California voters will decide in November whether to expand the sales tax to professional services and other services, and the Golden State also has increased enforcement of sales and use tax collections on online and out-of-state retailers.
Maryland, New York, Vermont, California, Hawaii and Connecticut also raised smaller but still-significant sums through selective tax and fee increases on such goods and services as alcohol, tobacco, utilities, health care, insurance, utilities, motor fuel and vehicles.
Did any Oklahoma activity catch the researchers' eyes? Well, there was this: "Colorado, Connecticut, Kansas, Oklahoma and Washington all enacted measures in fiscal year 2012 to consolidate state agencies with the goal of gaining efficiencies and reducing costs."
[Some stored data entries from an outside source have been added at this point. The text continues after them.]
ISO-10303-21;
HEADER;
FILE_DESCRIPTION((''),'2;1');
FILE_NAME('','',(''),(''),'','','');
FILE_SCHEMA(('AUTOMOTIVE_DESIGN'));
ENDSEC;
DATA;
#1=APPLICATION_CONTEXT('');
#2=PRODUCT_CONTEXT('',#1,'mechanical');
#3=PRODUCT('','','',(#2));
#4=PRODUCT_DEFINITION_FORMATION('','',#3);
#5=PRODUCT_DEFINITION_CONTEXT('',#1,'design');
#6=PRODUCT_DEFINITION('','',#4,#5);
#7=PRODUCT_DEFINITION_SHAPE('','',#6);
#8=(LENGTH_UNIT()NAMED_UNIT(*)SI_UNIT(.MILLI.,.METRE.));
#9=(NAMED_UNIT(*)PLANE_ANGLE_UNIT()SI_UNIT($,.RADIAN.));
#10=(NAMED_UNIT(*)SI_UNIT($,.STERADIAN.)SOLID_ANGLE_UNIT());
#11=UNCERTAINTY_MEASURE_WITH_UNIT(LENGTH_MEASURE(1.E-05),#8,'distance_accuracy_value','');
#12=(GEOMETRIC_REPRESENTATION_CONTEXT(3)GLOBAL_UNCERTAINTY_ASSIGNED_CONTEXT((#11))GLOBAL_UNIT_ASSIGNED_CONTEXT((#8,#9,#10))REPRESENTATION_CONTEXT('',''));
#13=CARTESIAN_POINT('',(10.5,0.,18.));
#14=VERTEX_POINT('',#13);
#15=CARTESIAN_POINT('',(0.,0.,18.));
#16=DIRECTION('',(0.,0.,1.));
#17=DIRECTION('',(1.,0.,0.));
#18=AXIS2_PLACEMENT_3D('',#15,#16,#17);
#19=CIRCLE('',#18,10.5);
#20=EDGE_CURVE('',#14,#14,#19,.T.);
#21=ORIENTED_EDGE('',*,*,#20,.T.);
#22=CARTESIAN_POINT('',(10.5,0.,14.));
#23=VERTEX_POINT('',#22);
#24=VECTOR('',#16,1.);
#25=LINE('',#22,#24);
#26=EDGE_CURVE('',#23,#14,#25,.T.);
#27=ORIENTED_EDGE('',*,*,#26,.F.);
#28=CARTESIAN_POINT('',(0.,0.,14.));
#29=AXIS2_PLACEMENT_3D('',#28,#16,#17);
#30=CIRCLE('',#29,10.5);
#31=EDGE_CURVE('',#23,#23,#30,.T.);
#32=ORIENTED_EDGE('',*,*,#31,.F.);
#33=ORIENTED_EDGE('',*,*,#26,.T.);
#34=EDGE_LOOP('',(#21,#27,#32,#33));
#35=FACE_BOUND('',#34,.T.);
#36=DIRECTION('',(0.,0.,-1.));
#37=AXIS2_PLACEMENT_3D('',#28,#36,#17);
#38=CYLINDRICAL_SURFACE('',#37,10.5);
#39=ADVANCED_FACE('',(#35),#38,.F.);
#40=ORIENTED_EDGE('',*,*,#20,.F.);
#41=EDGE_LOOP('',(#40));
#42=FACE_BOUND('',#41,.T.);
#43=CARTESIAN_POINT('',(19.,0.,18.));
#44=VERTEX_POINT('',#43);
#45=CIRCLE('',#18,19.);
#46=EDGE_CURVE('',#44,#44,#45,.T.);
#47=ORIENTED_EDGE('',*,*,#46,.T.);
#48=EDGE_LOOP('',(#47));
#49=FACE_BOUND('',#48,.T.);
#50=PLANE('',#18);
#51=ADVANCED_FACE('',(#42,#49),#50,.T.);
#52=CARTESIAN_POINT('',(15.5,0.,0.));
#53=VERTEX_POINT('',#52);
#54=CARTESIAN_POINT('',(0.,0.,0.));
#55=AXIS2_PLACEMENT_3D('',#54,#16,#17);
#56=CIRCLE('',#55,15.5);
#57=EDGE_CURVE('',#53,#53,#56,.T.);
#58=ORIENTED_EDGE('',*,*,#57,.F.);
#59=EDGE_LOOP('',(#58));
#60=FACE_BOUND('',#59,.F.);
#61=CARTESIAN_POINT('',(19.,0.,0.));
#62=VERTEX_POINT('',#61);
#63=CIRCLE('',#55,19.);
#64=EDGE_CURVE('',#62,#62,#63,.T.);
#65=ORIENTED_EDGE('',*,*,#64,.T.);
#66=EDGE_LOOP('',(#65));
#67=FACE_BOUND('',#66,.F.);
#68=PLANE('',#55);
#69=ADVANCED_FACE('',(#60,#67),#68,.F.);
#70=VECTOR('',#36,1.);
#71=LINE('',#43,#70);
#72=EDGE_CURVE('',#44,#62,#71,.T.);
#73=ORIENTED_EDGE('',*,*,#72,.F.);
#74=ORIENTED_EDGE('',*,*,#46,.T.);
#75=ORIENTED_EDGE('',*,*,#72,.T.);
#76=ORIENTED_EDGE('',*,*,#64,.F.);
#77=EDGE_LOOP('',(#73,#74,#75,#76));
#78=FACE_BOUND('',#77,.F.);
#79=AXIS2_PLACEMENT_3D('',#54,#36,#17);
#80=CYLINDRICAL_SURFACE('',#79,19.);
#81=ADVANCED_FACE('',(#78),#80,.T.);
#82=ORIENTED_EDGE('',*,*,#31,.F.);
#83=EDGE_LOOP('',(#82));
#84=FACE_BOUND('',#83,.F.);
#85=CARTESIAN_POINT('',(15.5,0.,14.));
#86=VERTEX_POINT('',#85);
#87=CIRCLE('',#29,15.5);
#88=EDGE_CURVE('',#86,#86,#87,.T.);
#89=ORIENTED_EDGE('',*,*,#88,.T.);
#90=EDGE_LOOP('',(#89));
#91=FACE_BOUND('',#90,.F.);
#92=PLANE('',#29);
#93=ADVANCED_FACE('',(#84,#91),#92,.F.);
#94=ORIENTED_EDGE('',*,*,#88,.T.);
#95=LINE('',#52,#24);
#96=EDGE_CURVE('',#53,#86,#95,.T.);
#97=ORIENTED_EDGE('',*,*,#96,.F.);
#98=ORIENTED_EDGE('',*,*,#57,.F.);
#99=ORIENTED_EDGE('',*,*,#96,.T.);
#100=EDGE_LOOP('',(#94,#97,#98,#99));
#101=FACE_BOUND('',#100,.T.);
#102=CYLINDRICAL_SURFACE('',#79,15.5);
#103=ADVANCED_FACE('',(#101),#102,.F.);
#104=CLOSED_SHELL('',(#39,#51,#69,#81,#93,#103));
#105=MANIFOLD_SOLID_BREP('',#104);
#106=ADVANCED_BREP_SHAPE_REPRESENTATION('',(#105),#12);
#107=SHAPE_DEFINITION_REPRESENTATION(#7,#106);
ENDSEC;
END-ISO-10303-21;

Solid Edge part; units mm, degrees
sketch "Sketch1" plane through (0, 0, 0) normal (0, 0, 1) x (1, 0, 0)
  circle A0 centre (0, 0) radius 19
  circle A1 centre (0, 0) radius 15.5
extrude "Protrusion1" add sketch "Sketch1" along normal blind 14
sketch "Sketch2" plane through (0, 0, 14) normal (0, 0, 1) x (1, 0, 0)
  circle A0 centre (0, 0) radius 10.5
  circle A1 centre (0, 0) radius 19
extrude "ExtrudedProtrusion_2" add sketch "Sketch2" along normal blind 4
Not a bad idea, but so far, agency consolidation hasn't exactly made us well.
What have we learned?
So what are the lessons of the states when it comes to protecting core services in difficult times? It's not fair to insist that Oklahoma be like Connecticut or Illinois, of course. All states have differences in their populations, tax bases, economies and so on. What's politically viable elsewhere might not be acceptable here. Any kind of tax increase - even a limited one on something like alcohol, motor fuels or online sales - probably won't fly in Oklahoma at the moment.
But is there another lesson here besides the obvious benefits of more revenue? How about this: "As a general rule, states with a diverse tax revenue structure that includes a progressive individual income tax are better equipped to weather the fiscal problems caused by recessions. ... In general, the progressive individual income tax is a more resilient source of revenue during economic downturns ..."
The proof is the experience of those states that have no income tax. "Independent analysts have found that the fiscal crises in Florida and Nevada were exacerbated by the absence of an individual income tax in these states."
These policy analysts are not the first to come to such conclusions. But no matter how often these observations are repeated, they still seem to go ignored.
Odd though it may sound, the paralysis of our Legislature when it comes to tackling major issues just might work in our favor. There was intense fervor for eliminating tax credits and other incentives when the legislative session convened in February, but lawmakers to date have done almost nothing on that front. Same for the popular notion of consolidating agencies.
Now it's looking like they'll freeze up when it comes to making major tax cuts. Or at least we can hope.